BS&DG is seeking a Postdoctoral Research Associate – AI for Building Energy Systems. The successful candidate will be accountable to Project and/or Task Managers for performing assigned roles, following applicable project and field procedures, and completing assigned tasks on time and within budget. The candidate will also be accountable to the Group Leader and Team Leader for staff performance and development, operational discipline, and project execution.

This position is based in Portland, OR, Richland, WA, or Seattle, WA and requires an onsite presence.
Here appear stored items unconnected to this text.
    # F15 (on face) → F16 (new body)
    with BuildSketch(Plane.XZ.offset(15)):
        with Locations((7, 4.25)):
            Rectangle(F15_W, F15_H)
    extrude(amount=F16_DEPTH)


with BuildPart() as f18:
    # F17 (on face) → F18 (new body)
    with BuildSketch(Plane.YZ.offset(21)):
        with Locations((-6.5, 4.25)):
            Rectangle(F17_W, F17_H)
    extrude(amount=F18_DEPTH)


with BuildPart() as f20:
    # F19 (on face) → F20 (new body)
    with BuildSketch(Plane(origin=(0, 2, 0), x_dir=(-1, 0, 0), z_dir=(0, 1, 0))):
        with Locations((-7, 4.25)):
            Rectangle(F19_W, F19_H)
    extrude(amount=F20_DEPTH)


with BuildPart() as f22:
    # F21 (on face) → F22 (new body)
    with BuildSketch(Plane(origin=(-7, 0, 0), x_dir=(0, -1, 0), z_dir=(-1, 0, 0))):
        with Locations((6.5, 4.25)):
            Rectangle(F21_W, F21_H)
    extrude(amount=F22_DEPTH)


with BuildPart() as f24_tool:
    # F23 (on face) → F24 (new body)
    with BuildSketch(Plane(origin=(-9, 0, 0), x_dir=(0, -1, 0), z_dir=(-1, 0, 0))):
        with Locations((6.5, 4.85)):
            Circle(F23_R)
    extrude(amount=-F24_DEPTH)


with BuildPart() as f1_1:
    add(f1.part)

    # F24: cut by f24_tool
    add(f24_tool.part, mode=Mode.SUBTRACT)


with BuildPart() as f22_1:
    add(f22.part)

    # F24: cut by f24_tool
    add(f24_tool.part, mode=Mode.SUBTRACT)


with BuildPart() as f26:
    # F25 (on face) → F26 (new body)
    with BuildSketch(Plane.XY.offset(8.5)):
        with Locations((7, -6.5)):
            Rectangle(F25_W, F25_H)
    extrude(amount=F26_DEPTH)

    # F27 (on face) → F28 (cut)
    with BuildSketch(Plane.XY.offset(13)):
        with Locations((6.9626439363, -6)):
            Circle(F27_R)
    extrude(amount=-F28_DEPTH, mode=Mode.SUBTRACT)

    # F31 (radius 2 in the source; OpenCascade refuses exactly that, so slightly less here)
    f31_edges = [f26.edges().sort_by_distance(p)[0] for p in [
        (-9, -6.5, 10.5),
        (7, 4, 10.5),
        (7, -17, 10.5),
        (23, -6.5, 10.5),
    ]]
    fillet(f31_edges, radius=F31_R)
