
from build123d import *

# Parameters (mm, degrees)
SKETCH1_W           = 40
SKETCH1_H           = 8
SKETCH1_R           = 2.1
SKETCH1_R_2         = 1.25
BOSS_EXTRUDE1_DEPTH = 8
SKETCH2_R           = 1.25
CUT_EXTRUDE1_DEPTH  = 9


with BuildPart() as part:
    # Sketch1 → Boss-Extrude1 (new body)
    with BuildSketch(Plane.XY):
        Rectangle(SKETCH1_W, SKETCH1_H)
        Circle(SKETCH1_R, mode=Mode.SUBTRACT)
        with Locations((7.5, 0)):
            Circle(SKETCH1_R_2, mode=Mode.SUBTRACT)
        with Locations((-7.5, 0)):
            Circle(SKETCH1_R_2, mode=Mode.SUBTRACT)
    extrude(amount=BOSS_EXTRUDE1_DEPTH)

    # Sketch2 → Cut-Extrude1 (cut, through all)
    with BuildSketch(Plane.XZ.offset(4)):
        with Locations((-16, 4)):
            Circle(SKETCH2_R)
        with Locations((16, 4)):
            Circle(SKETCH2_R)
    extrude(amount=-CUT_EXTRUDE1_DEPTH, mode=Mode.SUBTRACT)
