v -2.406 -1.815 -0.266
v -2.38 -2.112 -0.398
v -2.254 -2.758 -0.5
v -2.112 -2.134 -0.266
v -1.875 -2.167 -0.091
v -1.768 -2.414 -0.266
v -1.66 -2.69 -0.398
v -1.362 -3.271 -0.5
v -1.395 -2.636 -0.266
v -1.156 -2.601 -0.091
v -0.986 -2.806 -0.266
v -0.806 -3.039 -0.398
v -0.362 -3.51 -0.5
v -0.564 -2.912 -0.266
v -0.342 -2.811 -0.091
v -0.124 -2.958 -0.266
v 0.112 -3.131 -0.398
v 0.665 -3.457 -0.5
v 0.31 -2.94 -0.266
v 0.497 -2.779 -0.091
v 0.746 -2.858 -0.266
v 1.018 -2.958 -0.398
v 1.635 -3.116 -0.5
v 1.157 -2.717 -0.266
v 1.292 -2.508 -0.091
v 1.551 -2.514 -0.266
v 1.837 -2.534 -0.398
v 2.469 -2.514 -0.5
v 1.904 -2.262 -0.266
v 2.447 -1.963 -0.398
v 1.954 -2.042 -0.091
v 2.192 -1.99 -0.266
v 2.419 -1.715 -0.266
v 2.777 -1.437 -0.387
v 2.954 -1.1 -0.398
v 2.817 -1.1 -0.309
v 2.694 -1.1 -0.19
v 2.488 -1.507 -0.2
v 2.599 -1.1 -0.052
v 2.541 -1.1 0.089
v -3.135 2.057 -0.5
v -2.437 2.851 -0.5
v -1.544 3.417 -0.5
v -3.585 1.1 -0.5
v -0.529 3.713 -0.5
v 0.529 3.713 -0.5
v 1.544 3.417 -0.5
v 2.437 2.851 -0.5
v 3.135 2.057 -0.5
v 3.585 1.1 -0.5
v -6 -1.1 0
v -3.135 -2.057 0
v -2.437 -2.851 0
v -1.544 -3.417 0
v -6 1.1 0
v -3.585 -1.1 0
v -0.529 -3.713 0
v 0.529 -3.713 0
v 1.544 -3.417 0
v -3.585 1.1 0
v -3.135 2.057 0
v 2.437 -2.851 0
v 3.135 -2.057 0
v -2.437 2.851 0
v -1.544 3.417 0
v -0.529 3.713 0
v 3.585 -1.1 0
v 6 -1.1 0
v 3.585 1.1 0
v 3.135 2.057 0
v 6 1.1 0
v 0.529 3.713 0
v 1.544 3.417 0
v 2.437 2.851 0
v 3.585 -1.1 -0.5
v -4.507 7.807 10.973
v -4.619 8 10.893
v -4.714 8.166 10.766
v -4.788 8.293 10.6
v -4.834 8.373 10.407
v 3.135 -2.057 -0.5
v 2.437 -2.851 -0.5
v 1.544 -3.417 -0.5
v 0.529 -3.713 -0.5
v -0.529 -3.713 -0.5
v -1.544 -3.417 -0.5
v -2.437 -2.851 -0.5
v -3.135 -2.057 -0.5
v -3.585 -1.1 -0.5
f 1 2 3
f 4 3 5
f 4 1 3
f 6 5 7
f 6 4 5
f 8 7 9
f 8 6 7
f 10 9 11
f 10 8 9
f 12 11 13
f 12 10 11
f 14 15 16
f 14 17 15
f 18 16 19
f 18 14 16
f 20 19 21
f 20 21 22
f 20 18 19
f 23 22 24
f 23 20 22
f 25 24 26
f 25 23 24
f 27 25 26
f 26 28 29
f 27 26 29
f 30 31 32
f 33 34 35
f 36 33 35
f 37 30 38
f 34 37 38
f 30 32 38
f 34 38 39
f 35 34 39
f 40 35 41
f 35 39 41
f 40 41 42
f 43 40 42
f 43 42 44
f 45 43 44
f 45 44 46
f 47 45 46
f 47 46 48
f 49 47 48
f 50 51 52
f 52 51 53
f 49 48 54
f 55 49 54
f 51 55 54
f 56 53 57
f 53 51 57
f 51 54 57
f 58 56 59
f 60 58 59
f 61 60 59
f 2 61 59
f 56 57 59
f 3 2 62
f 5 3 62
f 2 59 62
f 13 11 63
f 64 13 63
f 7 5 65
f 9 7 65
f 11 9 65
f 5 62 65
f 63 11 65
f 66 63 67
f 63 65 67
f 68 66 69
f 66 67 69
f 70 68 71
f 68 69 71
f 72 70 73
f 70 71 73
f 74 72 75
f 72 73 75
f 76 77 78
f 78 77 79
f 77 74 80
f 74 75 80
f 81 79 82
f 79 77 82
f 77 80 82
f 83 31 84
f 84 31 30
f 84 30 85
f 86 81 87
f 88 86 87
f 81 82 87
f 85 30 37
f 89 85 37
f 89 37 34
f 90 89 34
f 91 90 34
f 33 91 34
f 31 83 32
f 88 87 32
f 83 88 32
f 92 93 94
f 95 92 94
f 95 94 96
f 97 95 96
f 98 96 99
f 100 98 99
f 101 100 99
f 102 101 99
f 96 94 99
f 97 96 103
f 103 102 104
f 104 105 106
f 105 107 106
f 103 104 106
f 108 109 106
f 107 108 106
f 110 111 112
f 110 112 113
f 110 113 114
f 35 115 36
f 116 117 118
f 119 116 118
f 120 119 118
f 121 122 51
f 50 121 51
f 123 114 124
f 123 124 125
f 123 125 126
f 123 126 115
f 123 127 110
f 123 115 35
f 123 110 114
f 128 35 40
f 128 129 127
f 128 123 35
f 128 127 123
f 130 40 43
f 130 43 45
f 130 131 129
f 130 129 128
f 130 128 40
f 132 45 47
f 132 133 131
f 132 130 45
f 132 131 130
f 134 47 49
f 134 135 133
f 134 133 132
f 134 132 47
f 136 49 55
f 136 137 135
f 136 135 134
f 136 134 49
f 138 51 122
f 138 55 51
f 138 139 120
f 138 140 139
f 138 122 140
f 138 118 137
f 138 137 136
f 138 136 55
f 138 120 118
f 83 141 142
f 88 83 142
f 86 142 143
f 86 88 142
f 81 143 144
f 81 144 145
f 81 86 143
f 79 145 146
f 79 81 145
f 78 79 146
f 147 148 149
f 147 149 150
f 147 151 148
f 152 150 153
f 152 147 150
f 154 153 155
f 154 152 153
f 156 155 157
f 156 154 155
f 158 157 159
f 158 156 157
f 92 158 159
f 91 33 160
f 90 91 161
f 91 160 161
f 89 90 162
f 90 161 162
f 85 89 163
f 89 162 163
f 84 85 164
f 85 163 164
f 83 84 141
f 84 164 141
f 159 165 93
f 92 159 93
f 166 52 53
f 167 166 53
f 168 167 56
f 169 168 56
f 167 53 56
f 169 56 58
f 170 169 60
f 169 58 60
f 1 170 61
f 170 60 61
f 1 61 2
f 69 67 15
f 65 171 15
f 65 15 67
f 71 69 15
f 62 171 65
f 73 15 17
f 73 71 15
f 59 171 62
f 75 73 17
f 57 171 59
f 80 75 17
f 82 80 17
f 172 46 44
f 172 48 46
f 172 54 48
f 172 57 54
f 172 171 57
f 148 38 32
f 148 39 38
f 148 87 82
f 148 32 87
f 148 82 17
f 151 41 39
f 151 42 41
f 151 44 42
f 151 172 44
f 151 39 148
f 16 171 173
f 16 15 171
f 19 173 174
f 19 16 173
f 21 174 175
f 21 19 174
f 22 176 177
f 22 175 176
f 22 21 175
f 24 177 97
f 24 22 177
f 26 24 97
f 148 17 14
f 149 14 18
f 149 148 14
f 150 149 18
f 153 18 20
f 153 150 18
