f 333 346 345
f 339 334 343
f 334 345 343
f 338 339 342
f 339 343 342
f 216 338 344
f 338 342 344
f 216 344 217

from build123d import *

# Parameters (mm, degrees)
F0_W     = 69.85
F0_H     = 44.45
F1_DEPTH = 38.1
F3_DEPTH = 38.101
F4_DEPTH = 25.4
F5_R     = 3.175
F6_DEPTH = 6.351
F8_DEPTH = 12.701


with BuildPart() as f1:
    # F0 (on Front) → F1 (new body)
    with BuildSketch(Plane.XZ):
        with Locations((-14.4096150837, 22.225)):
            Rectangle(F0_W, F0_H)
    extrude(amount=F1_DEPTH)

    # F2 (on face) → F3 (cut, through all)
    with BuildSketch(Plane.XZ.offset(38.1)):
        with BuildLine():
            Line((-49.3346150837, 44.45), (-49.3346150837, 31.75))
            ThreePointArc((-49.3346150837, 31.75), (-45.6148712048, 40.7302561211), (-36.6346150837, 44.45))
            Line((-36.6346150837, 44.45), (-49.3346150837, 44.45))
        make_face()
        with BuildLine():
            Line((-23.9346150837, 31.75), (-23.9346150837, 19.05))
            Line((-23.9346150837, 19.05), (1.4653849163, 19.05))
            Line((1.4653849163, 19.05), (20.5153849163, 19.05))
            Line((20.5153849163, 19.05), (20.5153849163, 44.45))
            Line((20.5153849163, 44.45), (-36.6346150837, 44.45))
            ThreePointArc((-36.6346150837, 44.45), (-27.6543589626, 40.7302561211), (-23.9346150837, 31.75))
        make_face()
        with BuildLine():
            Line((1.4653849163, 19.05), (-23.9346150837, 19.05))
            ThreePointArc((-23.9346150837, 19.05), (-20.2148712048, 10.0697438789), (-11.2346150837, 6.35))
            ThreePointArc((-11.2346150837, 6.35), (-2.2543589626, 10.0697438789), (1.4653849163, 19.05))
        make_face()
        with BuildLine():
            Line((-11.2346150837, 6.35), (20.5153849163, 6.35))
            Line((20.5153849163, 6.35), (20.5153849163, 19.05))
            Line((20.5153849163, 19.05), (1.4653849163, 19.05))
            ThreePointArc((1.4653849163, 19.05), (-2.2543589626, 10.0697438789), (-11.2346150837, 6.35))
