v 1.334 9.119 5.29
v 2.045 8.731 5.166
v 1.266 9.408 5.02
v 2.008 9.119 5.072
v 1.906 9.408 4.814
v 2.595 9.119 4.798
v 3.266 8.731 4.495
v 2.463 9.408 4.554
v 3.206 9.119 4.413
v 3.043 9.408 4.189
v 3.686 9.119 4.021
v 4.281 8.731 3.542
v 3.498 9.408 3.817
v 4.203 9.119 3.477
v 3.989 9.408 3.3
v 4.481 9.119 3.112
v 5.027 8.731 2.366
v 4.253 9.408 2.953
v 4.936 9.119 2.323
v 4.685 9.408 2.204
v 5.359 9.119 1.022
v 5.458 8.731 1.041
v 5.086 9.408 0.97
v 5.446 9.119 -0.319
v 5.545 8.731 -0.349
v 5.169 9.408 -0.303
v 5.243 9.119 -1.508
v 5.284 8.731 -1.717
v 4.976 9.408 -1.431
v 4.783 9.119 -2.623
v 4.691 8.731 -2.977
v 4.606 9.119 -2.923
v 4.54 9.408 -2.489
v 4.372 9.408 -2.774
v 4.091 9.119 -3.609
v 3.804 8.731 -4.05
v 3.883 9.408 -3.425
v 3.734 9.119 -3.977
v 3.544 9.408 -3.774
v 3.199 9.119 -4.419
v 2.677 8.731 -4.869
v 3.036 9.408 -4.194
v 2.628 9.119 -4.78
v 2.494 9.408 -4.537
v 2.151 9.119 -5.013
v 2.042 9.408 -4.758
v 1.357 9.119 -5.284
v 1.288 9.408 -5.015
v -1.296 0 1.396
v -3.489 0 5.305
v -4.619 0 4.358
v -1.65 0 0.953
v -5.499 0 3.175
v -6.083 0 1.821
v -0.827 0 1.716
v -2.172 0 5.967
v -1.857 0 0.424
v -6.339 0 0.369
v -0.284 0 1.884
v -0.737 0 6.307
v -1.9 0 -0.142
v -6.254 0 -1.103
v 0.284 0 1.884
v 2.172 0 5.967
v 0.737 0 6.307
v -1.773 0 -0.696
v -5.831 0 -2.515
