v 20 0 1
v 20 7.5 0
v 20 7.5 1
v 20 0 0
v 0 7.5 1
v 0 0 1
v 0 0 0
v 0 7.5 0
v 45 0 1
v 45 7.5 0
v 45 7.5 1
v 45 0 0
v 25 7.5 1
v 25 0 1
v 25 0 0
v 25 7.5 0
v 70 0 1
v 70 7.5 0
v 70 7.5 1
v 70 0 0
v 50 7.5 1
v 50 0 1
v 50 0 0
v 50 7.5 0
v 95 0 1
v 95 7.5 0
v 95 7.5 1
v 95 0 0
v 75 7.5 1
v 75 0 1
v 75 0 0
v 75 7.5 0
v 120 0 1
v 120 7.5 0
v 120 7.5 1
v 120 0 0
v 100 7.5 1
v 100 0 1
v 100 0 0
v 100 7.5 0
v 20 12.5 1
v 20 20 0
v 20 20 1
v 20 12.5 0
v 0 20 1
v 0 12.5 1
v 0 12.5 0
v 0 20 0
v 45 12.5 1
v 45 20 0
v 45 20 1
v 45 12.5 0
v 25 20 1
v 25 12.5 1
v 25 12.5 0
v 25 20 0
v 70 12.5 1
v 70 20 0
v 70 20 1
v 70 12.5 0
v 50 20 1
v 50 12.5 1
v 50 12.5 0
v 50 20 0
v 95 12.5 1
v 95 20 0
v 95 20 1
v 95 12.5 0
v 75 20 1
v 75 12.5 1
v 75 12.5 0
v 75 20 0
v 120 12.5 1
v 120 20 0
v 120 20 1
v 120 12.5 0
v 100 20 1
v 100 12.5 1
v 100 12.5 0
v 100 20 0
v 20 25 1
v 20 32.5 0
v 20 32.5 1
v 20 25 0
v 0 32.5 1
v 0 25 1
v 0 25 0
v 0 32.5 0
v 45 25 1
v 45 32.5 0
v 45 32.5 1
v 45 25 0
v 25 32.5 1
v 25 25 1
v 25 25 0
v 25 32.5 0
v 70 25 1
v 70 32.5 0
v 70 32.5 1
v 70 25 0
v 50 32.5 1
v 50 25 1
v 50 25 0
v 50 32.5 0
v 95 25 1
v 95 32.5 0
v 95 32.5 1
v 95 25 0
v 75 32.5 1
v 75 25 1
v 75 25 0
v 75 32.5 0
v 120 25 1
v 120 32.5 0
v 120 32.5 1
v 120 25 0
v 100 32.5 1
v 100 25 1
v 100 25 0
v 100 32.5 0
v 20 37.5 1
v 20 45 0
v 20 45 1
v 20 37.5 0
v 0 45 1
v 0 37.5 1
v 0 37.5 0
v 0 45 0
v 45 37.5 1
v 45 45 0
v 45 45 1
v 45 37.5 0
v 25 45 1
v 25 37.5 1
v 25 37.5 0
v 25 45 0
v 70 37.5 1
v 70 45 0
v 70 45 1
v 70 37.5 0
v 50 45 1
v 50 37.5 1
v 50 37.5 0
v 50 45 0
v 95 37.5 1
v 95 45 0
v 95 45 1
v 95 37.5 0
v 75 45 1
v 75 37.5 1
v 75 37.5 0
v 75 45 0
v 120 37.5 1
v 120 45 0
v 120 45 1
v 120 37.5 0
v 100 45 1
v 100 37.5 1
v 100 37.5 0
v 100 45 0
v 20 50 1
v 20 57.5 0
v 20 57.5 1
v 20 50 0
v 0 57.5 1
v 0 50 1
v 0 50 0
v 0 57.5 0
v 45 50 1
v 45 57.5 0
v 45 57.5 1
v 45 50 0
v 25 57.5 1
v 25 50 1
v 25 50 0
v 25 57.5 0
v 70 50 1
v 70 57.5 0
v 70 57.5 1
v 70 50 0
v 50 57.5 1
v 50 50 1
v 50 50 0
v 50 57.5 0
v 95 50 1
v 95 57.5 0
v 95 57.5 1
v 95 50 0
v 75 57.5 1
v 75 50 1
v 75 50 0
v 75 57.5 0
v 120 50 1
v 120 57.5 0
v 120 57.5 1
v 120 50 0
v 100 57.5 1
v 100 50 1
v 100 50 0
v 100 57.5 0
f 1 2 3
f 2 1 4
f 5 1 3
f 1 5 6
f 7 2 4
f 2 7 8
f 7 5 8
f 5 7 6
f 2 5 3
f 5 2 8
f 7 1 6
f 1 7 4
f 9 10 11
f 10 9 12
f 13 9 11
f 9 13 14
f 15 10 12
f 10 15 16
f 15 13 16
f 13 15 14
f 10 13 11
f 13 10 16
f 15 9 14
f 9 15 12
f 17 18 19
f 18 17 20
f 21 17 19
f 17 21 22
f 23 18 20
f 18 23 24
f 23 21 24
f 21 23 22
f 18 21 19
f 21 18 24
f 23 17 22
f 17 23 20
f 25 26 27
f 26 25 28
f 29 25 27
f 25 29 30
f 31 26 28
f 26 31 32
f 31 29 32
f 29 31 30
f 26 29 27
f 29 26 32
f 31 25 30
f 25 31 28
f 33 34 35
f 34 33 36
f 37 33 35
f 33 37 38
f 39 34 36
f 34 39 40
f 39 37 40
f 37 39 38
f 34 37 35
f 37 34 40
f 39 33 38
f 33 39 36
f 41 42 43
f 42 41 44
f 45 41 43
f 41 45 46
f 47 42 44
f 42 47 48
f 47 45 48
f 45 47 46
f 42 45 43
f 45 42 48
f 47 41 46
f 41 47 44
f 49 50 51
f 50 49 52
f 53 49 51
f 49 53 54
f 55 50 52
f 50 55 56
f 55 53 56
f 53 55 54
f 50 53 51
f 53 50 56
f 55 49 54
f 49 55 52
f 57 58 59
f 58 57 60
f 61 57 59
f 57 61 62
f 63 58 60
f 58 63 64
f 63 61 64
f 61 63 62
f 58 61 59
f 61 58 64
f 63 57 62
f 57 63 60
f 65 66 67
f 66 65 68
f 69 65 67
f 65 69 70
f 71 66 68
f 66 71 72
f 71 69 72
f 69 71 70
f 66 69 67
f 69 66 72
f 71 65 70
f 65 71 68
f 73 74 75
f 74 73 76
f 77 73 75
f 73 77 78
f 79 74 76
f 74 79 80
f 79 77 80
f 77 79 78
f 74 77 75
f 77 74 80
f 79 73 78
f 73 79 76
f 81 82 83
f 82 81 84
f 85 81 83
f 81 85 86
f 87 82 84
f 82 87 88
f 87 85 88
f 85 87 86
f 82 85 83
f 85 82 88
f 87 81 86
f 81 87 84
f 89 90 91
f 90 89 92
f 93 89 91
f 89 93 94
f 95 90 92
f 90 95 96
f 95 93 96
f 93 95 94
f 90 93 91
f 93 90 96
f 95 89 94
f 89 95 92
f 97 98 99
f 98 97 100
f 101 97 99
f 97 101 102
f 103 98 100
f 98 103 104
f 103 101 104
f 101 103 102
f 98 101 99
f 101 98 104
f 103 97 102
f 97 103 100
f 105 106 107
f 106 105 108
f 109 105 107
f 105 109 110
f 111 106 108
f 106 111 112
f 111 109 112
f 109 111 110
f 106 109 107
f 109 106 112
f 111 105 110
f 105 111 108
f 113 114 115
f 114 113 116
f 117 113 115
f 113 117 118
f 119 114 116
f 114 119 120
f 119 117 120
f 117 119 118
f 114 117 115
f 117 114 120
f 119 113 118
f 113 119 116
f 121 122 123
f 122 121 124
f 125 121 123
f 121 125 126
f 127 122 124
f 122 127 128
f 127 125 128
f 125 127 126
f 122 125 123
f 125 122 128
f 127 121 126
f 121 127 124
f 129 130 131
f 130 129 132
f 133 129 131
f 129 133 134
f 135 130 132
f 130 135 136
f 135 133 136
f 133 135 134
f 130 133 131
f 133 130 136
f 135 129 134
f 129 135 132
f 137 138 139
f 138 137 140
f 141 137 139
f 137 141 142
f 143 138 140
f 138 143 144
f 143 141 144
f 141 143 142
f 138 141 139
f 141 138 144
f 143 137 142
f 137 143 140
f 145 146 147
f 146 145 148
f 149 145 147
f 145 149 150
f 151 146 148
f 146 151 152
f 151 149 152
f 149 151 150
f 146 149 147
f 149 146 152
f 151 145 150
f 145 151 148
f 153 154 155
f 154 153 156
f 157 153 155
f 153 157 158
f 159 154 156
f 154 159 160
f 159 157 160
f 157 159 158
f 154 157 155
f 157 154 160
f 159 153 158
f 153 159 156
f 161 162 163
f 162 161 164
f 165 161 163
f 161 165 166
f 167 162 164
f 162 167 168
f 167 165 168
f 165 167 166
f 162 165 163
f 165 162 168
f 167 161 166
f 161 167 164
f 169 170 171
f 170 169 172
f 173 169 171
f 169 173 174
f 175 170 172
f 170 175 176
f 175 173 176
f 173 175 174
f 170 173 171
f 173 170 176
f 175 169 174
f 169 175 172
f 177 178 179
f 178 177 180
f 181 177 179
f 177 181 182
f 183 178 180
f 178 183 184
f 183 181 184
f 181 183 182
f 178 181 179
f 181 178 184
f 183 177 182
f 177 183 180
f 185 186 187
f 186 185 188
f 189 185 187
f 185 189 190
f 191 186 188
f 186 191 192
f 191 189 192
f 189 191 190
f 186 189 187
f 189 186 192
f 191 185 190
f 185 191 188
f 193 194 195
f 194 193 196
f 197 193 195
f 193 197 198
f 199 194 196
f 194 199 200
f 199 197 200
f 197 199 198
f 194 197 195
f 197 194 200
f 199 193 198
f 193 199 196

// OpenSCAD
module makeVentGrill(width, height) {
    cutoutSize = [20, 7.50];
    spacing = 5;
    for(y = [0:height - 1]) {
        for(x = [0:width - 1]) {
            translate([
                x * (cutoutSize[0] + spacing),
                y * (cutoutSize[1] + spacing),
                0
            ])
            cube([cutoutSize[0], cutoutSize[1], 1]);
        }
    }
}

makeVentGrill(5, 5);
Hybrid work arrangements may be available in accordance with laboratory policy, project needs, and team expectations.

This role will support AI-enabled building energy systems research under DOE mission areas, with applications that may include building energy modeling, code compliance checking, permitting, large-scale performance data analysis, workflow automation, building controls and operations, workforce training, data mining, and AI-enabled software tools.

The successful candidate will join multi-disciplinary project teams and contribute to research on AI methods, computational methods, and technical workflows for building research, analysis, and decision making, while growing toward increased technical independence.

  • Conduct research in AI-enabled building energy systems research under a given mission area, including generative AI, large language models, and agentic systems for building research applications.
  • Develop and apply generative AI, large language model, and agentic methods for building research applications, including support for data preparation, testing, and technical evaluation.
  • Develop and support analysis methods, modeling workflows, tools, and prototypes for building research applications under guidance from project leads.
  • Contribute to technical products, analyses, and research outputs that support building research and decision making.
  • Contribute to existing building research and engineering projects in these application areas, including projects with established workflows and projects transitioning toward AI-enabled approaches.
  • Execute assigned technical tasks and deliver high-quality work within defined scope, schedule, and project expectations.
  • Work with project teams and collaborators to support technical tasks and respond to project needs.
  • Work effectively within interdisciplinary teams and collaborate closely with mentors, project leads, and teammates.
  • Support proposal development through technical analysis, literature review, or background research.
  • Contribute to technical reports, publications, and presentations related to assigned research.
  • Stay current with relevant literature, methods, and tools in support of assigned research and professional growth.

Applicants are strongly encouraged to submit a full academic or research CV.


Qualifications
Minimum Qualifications:

  • Candidates must have received a PhD within the past five years (60 months) or within the next 8 months from an accredited college or university.

Preferred Qualifications:

PhD in architectural engineering, building science, mechanical engineering, or a closely related field, with strong potential to conduct independent research.

  • Experience conducting building energy system analyses, such as modeling, controls analysis, or system performance evaluation.
  • Experience developing or experimenting with AI or machine learning methods in engineering or scientific research applications.
  • Experience programming in Python or similar languages to support modeling, simulation, or research data analysis.
  • Experience contributing to research projects and delivering technical work within defined project scope and schedule.
  • Experience supporting proposal preparation, such as technical analysis or background research.
  • Record of technical publications or research contributions from doctoral research.
  • Experience communicating research results through presentations or publications.